TASK DIRECTIONS | Read the data, and whenever a line holds the word "origin", report that line.

SOURCE MATERIAL |

+ + +

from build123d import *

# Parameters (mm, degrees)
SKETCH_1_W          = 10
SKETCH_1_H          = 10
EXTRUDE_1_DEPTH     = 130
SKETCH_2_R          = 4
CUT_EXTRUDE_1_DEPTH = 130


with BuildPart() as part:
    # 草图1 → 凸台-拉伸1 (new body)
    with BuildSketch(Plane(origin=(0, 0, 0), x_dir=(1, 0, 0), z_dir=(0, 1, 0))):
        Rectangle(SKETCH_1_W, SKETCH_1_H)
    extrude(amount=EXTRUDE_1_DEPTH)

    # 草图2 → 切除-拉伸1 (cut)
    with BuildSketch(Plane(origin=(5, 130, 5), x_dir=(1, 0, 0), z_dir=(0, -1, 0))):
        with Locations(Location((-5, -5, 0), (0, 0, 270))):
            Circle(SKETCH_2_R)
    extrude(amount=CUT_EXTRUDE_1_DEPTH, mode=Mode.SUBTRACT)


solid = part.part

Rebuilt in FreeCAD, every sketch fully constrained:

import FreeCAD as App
import Part
import Sketcher


def add_polygon(sketch, points):
    """Adds a closed chain of lines whose ends are joined by coincident constraints."""
    first, n = sketch.GeometryCount, len(points)
    for a, b in zip(points, points[1:] + points[:1]):
        sketch.addGeometry(Part.LineSegment(App.Vector(*a, 0), App.Vector(*b, 0)), False)
    for i in range(n):
        sketch.addConstraint(Sketcher.Constraint("Coincident", first + i, 2, first + (i + 1) % n, 1))

doc = App.newDocument("Part")
params = doc.addObject("Spreadsheet::Sheet", "Params")
for row, (alias, value) in enumerate([
    ("sketch1_width", "10 mm"),
    ("pad1_length", "130 mm"),
    ("sketch2_diameter", "8 mm"),
    ("pocket1_length", "130 mm"),
], start=1):
    params.set(f"A{row}", alias)
    params.set(f"B{row}", "=" + value)
    params.setAlias(f"B{row}", alias)

body = doc.addObject("PartDesign::Body", "Body")

# Sketch on XZ plane
sketch1 = body.newObject("Sketcher::SketchObject", "Sketch")
sketch1.AttachmentSupport = (doc.getObject("XZ_Plane"), [""])
sketch1.MapMode = "FlatFace"
add_polygon(sketch1, [(-5, -5), (-5, 5), (5, 5), (5, -5)])  # lines 0-3
sketch1.addConstraint([
    Sketcher.Constraint("Vertical", 0),
    Sketcher.Constraint("Horizontal", 1),
    Sketcher.Constraint("Vertical", 2),
    Sketcher.Constraint("Horizontal", 3),
    Sketcher.Constraint("Symmetric", 0, 2, 2, 2, -1, 1),
    Sketcher.Constraint("Equal", 3, 0),
    Sketcher.Constraint("DistanceX", 1, 1, 1, 2, 10.0),
])
sketch1.setExpression("Constraints[10]", "Params.sketch1_width")
pad1 = body.newObject("PartDesign::Pad", "Pad")
pad1.Profile = sketch1
pad1.setExpression("Length", "Params.pad1_length")
pad1.Reversed = True

# Sketch on XZ plane
sketch2 = body.newObject("Sketcher::SketchObject", "Sketch001")
sketch2.AttachmentSupport = (doc.getObject("XZ_Plane"), [""])
sketch2.MapMode = "FlatFace"
sketch2.AttachmentOffset = App.Placement(App.Vector(0, 0, -130), App.Rotation())
sketch2.addGeometry(Part.Circle(App.Vector(0, 0, 0), App.Vector(0, 0, 1), 4), False)
sketch2.addConstraint([
    Sketcher.Constraint("Coincident", 0, 3, -1, 1),
    Sketcher.Constraint("Diameter", 0, 8.0),
])
sketch2.setExpression("Constraints[1]", "Params.sketch2_diameter")
pocket1 = body.newObject("PartDesign::Pocket", "Pocket")
pocket1.Profile = sketch2
pocket1.setExpression("Length", "Params.pocket1_length")
pocket1.Reversed = True

doc.recompute()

+ + +

FINISHED TASK |
    with BuildSketch(Plane(origin=(0, 0, 0), x_dir=(1, 0, 0), z_dir=(0, 1, 0))):
    with BuildSketch(Plane(origin=(5, 130, 5), x_dir=(1, 0, 0), z_dir=(0, -1, 0))):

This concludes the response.